Stopping at Lake Baikal is on the top of most travelers' lists when planning a trek across Russia by rail.
The Trans-Siberian train line passes just on the southern border of the lake, making it enticing not only because of the convenience factor but also because Lake Baikal is just such a strange and unique lake in general.
When I was planning my recent trip on the Trans-Mongolian railway, Lake Baikal was an absolute must – hands down.
This post is going to outline that recent adventure, including what makes Lake Baikal so interesting and where to stay on Olkhon Island – an island right out in the middle.
Lake Baikal – Facts and Things to Do
Did you know that Lake Baikal is the deepest lake in the world?
Fact. This lake reaches depths of around 1,632 meters.
Other interesting facts include:
- Lake Baikal contains 1/5 of the world's freshwater. One-fifth!
- It's 20 to 25 million years old – the world's oldest freshwater lake!
- There are times when visibility in the lake can reach depths of 40 meters. That's some crystal clear water!
- There are 336 rivers flowing into the lake, and only 1 flowing out.
- There are 26 islands on the lake, the largest being Olkhon Island.
- Lake Baikal grows by 2 cm each year, and it is believed that one day, it will turn into another ocean.
- About half of the species that call Lake Baikal home, like the famous Baikal seal, are unique to this area.
- In the winter, the place completely freezes over, which means there are no lake ferries. Instead, you can drive across the ice!
In the summertime, the area around the lake is a great place for hiking, camping, and biking, and in wintertime, you can try your hand at dog sledding.
We couldn't help but be shocked by how much it felt like we were at the sea instead of at a lake, and so it only makes sense that fishing is another big potential activity for visitors to Baikal.
I was drawn into visiting Lake Baikal because of its strange facts and unique wildlife claims; my boyfriend was drawn because of the potential for fishing.

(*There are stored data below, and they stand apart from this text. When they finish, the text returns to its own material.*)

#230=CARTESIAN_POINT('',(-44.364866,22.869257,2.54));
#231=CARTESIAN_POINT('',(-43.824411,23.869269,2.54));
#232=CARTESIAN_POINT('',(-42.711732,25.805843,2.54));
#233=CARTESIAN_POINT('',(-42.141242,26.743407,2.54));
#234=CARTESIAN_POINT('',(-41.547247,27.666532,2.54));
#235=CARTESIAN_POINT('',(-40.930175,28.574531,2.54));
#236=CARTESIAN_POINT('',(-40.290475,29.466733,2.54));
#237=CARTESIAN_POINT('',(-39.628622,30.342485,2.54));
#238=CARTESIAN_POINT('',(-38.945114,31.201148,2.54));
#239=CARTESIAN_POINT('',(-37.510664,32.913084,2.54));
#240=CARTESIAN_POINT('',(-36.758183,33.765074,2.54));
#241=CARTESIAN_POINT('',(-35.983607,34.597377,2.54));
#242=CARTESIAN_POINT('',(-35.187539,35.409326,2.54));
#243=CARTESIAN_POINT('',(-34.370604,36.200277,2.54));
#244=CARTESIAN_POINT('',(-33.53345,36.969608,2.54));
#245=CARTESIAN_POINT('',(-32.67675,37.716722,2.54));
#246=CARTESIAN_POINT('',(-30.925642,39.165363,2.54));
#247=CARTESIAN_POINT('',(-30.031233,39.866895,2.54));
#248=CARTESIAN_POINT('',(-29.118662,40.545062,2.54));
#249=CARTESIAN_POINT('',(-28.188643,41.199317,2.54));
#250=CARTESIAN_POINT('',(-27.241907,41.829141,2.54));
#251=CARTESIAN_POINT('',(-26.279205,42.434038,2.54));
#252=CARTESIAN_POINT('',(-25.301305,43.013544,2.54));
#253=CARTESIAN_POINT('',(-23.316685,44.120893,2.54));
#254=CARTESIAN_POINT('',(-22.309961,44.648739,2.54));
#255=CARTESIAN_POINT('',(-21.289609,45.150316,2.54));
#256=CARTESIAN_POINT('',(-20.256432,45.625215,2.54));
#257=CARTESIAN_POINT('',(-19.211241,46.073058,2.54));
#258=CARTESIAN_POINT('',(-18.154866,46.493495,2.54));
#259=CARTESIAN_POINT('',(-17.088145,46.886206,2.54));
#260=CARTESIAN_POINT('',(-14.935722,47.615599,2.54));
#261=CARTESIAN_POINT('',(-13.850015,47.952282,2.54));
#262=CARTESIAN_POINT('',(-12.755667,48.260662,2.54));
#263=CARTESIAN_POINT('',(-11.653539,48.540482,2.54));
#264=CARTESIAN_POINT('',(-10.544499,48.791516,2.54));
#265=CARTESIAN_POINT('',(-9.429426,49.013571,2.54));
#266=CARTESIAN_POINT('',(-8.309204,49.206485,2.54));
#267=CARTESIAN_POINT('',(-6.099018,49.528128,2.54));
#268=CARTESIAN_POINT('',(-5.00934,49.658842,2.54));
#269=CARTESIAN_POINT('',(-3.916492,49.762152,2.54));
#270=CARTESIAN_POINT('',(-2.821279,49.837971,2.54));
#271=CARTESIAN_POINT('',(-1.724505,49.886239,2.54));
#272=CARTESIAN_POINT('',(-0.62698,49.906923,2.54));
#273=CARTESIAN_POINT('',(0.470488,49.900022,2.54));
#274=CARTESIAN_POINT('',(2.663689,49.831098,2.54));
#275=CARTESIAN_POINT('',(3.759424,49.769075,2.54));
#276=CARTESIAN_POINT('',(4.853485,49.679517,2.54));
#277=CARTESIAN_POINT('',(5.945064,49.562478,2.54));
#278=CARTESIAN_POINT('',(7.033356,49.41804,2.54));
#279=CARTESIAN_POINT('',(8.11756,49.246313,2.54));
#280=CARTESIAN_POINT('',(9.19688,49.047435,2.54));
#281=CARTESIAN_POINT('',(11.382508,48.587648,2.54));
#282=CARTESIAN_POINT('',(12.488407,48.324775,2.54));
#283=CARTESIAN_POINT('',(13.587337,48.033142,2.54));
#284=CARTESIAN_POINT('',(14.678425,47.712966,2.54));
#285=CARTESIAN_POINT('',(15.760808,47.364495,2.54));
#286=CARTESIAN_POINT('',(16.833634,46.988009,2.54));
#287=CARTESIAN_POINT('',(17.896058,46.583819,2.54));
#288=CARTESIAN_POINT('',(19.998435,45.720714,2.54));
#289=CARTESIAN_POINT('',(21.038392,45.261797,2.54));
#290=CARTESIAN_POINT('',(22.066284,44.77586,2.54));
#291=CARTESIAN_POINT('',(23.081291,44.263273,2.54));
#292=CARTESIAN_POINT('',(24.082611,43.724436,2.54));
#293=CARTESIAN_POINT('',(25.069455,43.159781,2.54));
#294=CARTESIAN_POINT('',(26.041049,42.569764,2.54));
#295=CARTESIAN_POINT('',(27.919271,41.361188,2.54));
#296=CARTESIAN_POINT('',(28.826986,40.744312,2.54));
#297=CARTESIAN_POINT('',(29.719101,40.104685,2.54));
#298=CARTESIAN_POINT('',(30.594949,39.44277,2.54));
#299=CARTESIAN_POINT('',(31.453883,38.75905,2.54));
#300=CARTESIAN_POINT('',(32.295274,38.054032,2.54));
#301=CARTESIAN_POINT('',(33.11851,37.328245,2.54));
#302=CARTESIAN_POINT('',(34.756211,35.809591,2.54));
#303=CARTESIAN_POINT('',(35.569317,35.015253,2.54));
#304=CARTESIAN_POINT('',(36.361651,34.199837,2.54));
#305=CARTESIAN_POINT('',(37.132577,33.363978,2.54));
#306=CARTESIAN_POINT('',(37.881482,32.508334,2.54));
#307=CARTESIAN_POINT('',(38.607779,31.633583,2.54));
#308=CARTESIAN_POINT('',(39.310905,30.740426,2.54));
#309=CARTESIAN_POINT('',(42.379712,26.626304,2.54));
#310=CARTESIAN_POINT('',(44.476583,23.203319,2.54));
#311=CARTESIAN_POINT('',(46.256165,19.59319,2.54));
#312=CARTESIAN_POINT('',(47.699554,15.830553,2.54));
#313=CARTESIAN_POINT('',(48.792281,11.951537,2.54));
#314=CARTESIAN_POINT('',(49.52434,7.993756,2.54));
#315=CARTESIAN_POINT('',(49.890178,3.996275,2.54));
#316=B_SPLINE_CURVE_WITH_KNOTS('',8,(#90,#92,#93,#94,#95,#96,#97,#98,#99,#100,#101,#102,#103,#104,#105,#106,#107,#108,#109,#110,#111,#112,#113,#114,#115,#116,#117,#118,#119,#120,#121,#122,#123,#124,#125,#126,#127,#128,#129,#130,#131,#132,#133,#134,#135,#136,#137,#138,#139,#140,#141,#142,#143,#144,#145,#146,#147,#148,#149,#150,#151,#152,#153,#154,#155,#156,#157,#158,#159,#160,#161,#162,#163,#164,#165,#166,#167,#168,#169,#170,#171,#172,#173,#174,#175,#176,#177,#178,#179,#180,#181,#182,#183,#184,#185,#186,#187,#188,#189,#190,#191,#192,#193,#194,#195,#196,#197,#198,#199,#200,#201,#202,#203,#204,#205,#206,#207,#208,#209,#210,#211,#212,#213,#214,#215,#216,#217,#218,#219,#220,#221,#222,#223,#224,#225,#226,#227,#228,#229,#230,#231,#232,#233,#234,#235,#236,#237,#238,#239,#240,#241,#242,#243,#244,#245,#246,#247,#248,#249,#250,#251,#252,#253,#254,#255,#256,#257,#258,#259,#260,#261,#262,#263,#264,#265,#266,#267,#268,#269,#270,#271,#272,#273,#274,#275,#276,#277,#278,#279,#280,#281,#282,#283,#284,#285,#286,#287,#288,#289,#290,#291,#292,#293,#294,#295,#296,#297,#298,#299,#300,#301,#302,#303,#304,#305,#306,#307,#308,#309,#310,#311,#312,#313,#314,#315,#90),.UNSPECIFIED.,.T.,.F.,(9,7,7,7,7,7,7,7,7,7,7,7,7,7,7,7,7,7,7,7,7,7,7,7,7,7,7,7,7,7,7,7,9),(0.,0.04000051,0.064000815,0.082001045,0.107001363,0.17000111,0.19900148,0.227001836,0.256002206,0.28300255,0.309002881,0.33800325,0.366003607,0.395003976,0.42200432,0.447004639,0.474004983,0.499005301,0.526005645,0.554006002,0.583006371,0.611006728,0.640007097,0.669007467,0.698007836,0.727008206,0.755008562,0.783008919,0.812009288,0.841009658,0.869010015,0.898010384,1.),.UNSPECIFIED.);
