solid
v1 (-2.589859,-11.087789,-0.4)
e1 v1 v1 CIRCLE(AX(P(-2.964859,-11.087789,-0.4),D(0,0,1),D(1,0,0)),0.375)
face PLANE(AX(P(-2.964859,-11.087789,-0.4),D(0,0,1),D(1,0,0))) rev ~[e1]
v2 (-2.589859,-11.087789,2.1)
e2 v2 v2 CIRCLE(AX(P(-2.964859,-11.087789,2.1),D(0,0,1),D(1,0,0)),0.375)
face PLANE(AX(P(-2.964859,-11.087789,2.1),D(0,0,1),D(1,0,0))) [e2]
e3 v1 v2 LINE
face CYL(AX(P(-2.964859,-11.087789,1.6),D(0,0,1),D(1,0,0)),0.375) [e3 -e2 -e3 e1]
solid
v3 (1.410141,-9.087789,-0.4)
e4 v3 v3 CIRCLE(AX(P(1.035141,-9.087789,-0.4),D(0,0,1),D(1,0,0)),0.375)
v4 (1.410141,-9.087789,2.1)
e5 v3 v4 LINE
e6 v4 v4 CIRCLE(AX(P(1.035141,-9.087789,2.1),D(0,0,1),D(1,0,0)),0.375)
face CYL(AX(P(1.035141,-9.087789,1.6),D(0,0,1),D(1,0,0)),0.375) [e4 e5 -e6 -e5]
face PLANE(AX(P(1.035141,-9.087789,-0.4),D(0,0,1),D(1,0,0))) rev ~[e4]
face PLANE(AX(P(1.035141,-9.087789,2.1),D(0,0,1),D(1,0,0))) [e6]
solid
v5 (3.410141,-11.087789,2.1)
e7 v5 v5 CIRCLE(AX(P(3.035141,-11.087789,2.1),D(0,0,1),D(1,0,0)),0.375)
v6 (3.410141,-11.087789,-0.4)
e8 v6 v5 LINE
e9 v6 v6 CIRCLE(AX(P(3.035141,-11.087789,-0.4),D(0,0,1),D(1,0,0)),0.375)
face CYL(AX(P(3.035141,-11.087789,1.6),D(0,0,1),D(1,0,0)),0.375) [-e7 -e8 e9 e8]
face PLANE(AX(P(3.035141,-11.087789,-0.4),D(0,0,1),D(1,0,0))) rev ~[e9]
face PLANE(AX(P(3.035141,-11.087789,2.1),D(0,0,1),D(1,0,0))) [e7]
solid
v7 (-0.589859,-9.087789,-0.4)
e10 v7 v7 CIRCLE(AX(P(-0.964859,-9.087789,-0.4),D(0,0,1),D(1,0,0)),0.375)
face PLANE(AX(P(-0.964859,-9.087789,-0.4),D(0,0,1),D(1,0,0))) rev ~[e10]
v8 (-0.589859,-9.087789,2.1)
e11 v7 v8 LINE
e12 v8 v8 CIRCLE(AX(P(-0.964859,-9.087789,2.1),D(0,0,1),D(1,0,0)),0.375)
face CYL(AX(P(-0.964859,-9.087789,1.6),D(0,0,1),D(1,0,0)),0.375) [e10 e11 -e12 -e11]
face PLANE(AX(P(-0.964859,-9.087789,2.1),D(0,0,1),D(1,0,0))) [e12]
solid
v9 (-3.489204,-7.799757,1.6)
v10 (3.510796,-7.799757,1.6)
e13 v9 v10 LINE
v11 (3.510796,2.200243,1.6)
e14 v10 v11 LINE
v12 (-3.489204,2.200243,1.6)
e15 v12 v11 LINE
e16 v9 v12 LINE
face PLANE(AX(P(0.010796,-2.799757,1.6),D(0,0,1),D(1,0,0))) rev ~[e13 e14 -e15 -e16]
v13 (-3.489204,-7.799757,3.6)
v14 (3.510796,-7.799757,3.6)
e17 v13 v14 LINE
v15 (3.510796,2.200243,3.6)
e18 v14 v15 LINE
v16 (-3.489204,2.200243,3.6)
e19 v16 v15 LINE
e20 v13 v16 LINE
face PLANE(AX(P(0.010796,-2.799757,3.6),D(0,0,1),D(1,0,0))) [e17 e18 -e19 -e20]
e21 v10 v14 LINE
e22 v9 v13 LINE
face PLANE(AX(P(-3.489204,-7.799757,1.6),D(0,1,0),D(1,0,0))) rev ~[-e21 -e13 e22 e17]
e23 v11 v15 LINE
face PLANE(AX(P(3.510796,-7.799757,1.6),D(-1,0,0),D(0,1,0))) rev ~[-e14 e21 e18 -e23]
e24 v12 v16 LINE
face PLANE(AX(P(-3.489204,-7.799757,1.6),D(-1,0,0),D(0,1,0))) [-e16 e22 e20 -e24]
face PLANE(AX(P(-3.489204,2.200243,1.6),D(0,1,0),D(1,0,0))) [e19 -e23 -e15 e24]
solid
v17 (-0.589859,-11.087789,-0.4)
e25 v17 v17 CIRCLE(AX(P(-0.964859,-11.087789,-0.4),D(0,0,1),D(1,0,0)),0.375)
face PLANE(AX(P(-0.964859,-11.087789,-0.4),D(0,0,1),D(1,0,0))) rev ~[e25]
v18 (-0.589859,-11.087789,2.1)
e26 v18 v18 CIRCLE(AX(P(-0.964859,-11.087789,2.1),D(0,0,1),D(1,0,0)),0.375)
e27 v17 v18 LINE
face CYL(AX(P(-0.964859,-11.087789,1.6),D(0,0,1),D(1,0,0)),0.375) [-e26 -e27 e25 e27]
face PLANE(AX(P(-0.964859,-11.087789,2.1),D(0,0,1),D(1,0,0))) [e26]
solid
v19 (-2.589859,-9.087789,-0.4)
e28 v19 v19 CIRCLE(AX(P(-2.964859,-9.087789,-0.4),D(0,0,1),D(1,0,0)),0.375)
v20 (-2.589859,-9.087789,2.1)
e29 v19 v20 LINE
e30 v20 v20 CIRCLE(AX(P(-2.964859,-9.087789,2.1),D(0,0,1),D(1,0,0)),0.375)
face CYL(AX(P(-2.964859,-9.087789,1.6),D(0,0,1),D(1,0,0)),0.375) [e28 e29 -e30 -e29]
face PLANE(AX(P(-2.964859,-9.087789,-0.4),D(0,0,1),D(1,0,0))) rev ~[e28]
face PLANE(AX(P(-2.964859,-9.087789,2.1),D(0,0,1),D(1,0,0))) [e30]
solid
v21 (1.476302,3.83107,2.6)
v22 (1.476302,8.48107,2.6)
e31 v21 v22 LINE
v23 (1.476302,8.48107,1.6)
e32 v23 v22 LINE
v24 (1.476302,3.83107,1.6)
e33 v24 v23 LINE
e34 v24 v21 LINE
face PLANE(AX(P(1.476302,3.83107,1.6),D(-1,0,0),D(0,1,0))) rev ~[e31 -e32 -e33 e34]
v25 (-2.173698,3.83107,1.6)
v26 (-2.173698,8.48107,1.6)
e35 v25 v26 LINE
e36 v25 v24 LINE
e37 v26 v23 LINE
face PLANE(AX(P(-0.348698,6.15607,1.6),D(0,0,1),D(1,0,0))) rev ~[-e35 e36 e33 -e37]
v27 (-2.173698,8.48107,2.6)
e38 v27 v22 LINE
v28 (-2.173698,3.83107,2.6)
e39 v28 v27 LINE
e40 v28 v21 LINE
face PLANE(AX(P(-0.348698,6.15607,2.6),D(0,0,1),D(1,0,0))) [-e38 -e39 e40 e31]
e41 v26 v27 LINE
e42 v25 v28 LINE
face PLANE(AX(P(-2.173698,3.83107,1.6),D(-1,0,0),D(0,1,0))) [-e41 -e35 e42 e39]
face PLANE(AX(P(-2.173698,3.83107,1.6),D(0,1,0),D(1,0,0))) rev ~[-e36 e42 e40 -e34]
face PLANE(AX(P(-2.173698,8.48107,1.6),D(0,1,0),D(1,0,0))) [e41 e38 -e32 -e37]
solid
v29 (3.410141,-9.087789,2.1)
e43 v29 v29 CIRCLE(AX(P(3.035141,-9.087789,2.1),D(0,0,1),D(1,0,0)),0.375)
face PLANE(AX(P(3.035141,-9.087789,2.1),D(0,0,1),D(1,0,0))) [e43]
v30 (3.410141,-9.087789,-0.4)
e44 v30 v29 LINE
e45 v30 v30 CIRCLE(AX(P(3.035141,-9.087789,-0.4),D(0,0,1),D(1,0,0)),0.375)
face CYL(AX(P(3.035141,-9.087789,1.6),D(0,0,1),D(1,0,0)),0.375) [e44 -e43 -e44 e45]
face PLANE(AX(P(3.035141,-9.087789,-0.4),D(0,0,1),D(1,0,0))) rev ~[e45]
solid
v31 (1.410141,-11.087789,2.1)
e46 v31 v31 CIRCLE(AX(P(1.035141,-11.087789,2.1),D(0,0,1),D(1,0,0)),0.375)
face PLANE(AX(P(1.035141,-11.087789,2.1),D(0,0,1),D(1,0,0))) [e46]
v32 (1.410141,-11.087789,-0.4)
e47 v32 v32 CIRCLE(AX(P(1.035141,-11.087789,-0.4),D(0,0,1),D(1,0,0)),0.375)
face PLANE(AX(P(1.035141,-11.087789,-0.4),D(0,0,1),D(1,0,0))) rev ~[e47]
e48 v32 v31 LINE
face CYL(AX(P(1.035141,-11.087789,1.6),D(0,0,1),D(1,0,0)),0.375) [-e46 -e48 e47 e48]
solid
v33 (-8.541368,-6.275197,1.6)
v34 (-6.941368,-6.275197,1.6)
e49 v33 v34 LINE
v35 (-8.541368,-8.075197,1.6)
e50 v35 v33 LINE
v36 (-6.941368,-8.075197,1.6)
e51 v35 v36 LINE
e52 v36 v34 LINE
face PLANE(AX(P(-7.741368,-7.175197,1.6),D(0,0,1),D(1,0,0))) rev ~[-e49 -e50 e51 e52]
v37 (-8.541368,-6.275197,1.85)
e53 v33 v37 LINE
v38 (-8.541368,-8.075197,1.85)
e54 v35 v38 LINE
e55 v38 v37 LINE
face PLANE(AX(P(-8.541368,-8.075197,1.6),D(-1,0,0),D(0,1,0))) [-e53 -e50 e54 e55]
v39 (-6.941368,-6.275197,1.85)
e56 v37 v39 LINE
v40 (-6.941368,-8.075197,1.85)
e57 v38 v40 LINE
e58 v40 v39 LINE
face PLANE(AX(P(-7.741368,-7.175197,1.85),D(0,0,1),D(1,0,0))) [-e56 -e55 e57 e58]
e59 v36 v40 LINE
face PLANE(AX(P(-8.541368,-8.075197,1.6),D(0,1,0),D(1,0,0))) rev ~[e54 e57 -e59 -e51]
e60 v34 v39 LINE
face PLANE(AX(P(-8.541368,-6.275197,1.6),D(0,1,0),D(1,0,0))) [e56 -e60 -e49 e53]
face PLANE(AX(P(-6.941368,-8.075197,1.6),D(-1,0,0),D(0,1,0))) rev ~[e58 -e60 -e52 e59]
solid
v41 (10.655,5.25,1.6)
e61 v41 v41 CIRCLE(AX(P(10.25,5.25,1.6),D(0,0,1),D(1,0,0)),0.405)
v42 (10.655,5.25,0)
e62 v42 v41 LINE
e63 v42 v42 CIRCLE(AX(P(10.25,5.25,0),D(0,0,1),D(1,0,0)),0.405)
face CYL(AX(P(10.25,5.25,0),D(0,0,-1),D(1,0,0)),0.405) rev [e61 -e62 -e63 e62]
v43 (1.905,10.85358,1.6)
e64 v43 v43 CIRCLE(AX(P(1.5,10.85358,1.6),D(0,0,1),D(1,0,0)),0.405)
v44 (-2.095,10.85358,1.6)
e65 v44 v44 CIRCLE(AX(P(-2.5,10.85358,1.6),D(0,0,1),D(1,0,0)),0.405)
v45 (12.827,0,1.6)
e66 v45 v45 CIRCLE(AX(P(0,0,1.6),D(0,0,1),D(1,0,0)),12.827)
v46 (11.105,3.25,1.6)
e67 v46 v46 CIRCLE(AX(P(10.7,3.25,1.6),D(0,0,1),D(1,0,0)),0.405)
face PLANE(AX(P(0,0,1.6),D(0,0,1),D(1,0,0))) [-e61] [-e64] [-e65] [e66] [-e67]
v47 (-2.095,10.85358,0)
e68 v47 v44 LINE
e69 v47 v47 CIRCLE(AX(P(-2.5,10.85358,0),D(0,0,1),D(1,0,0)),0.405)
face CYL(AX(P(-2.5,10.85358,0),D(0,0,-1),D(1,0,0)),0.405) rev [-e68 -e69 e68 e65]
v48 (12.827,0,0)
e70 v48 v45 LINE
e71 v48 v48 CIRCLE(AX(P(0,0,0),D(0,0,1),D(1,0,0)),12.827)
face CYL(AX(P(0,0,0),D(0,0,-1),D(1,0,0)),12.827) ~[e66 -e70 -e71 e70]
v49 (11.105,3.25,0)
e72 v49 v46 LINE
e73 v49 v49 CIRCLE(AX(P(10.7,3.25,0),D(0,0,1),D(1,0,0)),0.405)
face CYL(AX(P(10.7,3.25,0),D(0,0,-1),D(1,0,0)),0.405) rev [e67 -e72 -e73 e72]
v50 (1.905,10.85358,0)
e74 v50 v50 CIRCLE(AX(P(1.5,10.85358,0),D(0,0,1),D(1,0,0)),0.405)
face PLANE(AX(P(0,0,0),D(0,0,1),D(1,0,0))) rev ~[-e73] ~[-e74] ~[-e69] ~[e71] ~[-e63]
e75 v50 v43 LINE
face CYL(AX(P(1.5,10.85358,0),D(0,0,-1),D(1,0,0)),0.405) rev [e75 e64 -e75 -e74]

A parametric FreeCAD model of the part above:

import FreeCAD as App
import Part
import Sketcher
Q = App.Units.Quantity


def add_polygon(sketch, points):
    """Adds a closed chain of lines whose ends are joined by coincident constraints."""
    first, n = sketch.GeometryCount, len(points)
    for a, b in zip(points, points[1:] + points[:1]):
        sketch.addGeometry(Part.LineSegment(App.Vector(*a, 0), App.Vector(*b, 0)), False)
    for i in range(n):
        sketch.addConstraint(Sketcher.Constraint("Coincident", first + i, 2, first + (i + 1) % n, 1))

doc = App.newDocument("Part")
body = doc.addObject("PartDesign::Body", "Body")

# Sketch on XY plane
sketch1 = doc.addObject("Sketcher::SketchObject", "Sketch")
body.addObject(sketch1)
sketch1.AttachmentSupport = (doc.XY_Plane, [""])
sketch1.MapMode = "FlatFace"
sketch1.addGeometry([
    Part.Circle(App.Vector(0, 0, 0), App.Vector(0, 0, 1), 12.83),  # 0
    Part.Circle(App.Vector(10.7, 3.25, 0), App.Vector(0, 0, 1), 0.41),  # 1
    Part.Circle(App.Vector(10.25, 5.25, 0), App.Vector(0, 0, 1), 0.41),  # 2
    Part.Circle(App.Vector(-2.5, 10.85, 0), App.Vector(0, 0, 1), 0.41),  # 3
    Part.Circle(App.Vector(1.5, 10.85, 0), App.Vector(0, 0, 1), 0.41),  # 4
], False)
sketch1.addConstraint([
    Sketcher.Constraint("Coincident", 0, 3, -1, 1),
    Sketcher.Constraint("Equal", 1, 2),
    Sketcher.Constraint("Equal", 2, 3),
    Sketcher.Constraint("Equal", 3, 4),
    Sketcher.Constraint("Horizontal", 3, 3, 4, 3),
    Sketcher.Constraint("Diameter", 1, Q("0.81 mm")),
    Sketcher.Constraint("Diameter", 0, Q("25.654 mm")),
    Sketcher.Constraint("DistanceY", 1, 3, 2, 3, Q("2 mm")),
    Sketcher.Constraint("DistanceX", 3, 3, 4, 3, Q("4 mm")),
    Sketcher.Constraint("DistanceX", -1, 1, 1, 3, Q("10.7 mm")),
    Sketcher.Constraint("DistanceX", 3, 3, -1, 1, Q("2.5 mm")),
    Sketcher.Constraint("DistanceY", -1, 1, 1, 3, Q("3.25 mm")),
    Sketcher.Constraint("DistanceX", -1, 1, 2, 3, Q("10.25 mm")),
    Sketcher.Constraint("DistanceY", -1, 1, 3, 3, Q("10.85358 mm")),
])
pad1 = doc.addObject("PartDesign::Pad", "Pad")
body.addObject(pad1)
pad1.Profile = sketch1
pad1.Length = 1.6
body2 = doc.addObject("PartDesign::Body", "Body001")

# Sketch on XY plane
sketch2 = doc.addObject("Sketcher::SketchObject", "Sketch001")
body2.addObject(sketch2)
sketch2.AttachmentSupport = (doc.getObject("XY_Plane001"), [""])
sketch2.MapMode = "FlatFace"
sketch2.AttachmentOffset = App.Placement(App.Vector(0, 0, 1.6), App.Rotation())
add_polygon(sketch2, [(-3, 2), (-3, -8), (4, -8), (4, 2)])  # lines 0-3
sketch2.addConstraint([
    Sketcher.Constraint("Vertical", 0),
    Sketcher.Constraint("Horizontal", 1),
    Sketcher.Constraint("Vertical", 2),
    Sketcher.Constraint("Horizontal", 3),
    Sketcher.Constraint("DistanceX", 1, 1, 1, 2, Q("7 mm")),
    Sketcher.Constraint("DistanceY", 0, 2, 0, 1, Q("10 mm")),
    Sketcher.Constraint("DistanceX", 0, 2, -1, 1, Q("3.489204 mm")),
    Sketcher.Constraint("DistanceY", 0, 2, -1, 1, Q("7.799757 mm")),
])
pad2 = doc.addObject("PartDesign::Pad", "Pad001")
body2.addObject(pad2)
pad2.Profile = sketch2
pad2.Length = 2
body3 = doc.addObject("PartDesign::Body", "Body002")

But, at our train stop just before Lake Baikal, we still really had no idea where we wanted to base our Baikal adventures: Slyudyanka, Listvyanka or Severobaikalsk on the shores.
Choosing to Visit Olkhon Island
Since our time on our stop at Baikal was limited, we had to pick and choose our lake activities carefully.
At a hostel in Ulaan Bator, our stop prior to Lake Baikal, we heard countless people recount their stories and longing for Nikita's Homestead – a hostel community of sorts on Olkhon Island.
At the time, we hadn't even considered going to the islands, but when word of mouth is so strong, it's hard to convince yourself to go elsewhere.
As mentioned before, Olkhon Island is the largest of the 26 islands at Lake Baikal, and to get there, one must take a ferry from Sakhyurta.
Even then, you will need transport when you arrive at the other side, as Nikita's (if Khuzhir is your destination village) is still a drive away. It is best to organize a transfer with Nikita's in advance.
I remember feeling miles away from anything at that moment, much like in Mongolia from a couple of days before.
If you enjoy the feel of nature and being away from the hustle and bustle, then island life is probably a good option for you, too.
Nikita's Homestead – Accommodation on Olkhon Island
The number one reason we loved Olkhon Island so much and decided to stay for 3 nights instead of 2 is Nikita's Homestead.
This little community – a collection of several nice Russian wood-carved buildings – served the tourist perfectly.
Three sufficient and sufficiently Russian meals every day are included in the price!
It was extremely easy to book a day tour of the island through Nikita's, bicycle rentals, transport to our next destination, and all without ever needing to worry about planning our next meal.
Where not much else exists, Nikita's has filled a major gap and provided the island with even more tourism.
The one bad part about visiting Olkhon Island is the fact that it takes a good chunk of time (and money) if you want to backtrack and visit a shore village, like Listvyanka, afterward.
On our limited schedule, we decided to stay an extra night in Olkhon Island and then head straight to Irkutsk for a night before hopping back on the train.